**About this task:** Find the line containing "f 165 162 237" in the entries below. Restate it and each line after it, word for word, up to and including the line containing "f 148 252 253".

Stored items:

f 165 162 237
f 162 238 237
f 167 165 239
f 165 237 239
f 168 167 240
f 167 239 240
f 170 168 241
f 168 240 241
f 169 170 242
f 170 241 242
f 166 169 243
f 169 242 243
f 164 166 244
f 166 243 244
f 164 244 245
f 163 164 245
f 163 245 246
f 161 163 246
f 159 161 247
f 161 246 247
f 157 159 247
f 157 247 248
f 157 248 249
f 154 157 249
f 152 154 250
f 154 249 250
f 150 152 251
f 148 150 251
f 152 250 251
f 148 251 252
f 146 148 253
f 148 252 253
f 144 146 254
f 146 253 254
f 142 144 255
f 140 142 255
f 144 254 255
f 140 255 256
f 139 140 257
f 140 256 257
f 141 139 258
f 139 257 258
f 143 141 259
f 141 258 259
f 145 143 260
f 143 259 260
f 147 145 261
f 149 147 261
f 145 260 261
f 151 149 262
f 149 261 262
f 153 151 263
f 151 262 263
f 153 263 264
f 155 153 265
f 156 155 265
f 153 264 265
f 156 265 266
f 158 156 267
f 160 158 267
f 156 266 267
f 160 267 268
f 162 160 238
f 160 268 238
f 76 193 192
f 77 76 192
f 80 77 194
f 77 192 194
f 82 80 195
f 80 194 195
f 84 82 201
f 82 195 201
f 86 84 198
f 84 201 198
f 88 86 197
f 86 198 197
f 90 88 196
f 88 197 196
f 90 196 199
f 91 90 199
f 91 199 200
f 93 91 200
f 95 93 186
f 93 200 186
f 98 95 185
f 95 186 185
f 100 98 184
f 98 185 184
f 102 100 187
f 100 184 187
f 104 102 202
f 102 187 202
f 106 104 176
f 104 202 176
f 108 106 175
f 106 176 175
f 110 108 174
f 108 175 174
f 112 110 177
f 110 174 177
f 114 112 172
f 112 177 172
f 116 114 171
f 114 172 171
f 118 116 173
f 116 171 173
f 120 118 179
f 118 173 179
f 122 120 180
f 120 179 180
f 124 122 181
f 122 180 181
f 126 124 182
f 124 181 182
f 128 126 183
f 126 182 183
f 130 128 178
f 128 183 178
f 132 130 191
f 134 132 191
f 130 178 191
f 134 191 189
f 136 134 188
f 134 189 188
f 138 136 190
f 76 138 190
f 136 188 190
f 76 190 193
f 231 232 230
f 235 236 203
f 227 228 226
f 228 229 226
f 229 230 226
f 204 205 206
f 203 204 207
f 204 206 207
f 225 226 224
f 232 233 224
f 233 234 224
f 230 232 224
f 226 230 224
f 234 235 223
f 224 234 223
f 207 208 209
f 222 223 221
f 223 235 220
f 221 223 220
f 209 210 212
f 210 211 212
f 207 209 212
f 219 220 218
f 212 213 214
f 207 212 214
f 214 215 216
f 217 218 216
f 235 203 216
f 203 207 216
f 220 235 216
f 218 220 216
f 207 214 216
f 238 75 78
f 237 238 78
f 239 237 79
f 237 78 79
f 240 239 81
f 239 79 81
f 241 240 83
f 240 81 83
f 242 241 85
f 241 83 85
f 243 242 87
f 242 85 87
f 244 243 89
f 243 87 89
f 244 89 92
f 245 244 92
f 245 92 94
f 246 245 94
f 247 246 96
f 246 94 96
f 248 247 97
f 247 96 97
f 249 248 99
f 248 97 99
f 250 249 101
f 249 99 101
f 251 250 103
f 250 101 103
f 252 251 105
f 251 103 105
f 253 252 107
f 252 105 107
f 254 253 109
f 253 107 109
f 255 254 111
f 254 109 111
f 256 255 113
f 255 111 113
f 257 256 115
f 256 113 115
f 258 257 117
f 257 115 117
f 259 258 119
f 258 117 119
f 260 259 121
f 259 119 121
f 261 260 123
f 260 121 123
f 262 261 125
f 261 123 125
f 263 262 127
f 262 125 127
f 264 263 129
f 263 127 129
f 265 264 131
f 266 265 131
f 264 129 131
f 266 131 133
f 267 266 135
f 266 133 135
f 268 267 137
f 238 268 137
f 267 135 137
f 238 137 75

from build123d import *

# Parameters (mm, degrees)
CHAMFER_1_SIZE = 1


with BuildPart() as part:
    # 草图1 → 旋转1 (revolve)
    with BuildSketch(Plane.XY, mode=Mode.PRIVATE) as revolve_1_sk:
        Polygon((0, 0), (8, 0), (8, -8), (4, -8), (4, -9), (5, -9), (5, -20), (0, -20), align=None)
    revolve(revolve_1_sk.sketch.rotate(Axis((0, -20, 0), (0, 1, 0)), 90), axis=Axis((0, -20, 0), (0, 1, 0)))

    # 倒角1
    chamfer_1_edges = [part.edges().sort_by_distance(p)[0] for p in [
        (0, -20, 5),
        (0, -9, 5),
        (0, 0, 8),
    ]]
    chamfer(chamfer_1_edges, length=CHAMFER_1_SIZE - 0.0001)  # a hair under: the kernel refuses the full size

* * *

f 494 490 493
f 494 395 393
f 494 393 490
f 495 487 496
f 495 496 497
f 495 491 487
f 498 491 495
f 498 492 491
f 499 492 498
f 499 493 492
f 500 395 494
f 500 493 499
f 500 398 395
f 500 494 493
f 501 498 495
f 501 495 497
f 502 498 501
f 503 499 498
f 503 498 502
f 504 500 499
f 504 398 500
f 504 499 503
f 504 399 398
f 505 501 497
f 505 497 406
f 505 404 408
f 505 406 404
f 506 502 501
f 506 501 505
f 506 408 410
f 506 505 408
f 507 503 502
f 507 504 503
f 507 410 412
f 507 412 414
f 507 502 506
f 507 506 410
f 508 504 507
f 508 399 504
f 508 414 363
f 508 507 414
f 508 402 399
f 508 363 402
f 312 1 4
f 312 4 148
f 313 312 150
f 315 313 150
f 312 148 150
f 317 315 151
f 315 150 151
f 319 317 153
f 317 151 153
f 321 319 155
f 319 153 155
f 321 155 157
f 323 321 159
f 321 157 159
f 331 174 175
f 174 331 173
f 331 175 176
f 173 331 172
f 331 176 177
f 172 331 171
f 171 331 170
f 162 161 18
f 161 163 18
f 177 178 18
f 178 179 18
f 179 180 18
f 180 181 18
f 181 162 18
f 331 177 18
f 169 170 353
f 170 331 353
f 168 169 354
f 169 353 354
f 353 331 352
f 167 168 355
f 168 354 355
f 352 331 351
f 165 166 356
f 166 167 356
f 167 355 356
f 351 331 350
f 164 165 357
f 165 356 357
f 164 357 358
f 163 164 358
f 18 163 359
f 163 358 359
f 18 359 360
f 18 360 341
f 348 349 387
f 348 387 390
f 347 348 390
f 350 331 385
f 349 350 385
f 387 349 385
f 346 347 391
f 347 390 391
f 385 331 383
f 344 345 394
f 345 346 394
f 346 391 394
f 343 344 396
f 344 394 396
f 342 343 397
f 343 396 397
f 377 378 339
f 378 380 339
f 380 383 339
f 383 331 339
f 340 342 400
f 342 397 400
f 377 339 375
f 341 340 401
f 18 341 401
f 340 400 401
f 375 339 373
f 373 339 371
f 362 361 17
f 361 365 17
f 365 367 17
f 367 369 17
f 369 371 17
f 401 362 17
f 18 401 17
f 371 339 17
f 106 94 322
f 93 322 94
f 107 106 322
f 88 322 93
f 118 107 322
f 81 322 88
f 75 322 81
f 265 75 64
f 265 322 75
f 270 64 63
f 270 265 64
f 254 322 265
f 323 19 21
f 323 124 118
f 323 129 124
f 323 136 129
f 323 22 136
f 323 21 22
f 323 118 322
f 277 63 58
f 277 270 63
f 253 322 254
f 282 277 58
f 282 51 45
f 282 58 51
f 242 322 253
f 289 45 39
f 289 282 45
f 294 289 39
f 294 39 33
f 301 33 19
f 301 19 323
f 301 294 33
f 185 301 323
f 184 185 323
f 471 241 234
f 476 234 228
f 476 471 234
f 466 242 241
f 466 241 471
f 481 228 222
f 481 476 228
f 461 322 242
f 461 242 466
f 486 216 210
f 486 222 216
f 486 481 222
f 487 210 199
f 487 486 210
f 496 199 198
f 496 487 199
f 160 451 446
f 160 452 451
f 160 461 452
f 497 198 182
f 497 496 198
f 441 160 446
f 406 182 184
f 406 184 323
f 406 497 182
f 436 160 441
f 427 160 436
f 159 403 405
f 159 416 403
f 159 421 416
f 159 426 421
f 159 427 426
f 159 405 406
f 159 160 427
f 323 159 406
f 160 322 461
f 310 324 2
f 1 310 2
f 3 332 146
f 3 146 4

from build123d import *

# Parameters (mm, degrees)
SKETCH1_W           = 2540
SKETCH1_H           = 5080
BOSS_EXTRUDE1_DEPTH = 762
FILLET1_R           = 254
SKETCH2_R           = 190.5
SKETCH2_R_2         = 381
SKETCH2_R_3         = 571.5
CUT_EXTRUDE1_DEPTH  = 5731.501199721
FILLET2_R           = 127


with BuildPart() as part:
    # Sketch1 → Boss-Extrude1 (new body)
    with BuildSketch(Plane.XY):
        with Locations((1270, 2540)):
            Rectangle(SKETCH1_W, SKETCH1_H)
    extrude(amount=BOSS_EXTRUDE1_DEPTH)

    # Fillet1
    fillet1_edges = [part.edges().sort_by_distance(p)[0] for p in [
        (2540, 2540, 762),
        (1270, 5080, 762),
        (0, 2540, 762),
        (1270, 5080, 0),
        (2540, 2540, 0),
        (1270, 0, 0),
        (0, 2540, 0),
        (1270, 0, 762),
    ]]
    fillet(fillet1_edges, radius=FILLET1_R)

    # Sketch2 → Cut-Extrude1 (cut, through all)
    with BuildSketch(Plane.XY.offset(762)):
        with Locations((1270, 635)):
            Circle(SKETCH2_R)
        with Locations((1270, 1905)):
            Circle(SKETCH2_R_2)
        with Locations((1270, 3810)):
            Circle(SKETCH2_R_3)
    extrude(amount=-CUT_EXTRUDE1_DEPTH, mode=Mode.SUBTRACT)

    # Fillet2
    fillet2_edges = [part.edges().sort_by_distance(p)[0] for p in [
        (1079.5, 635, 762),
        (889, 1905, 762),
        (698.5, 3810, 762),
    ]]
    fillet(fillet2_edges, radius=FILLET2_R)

**Answer below:**
f 165 162 237
f 162 238 237
f 167 165 239
f 165 237 239
f 168 167 240
f 167 239 240
f 170 168 241
f 168 240 241
f 169 170 242
f 170 241 242
f 166 169 243
f 169 242 243
f 164 166 244
f 166 243 244
f 164 244 245
f 163 164 245
f 163 245 246
f 161 163 246
f 159 161 247
f 161 246 247
f 157 159 247
f 157 247 248
f 157 248 249
f 154 157 249
f 152 154 250
f 154 249 250
f 150 152 251
f 148 150 251
f 152 250 251
f 148 251 252
f 146 148 253
f 148 252 253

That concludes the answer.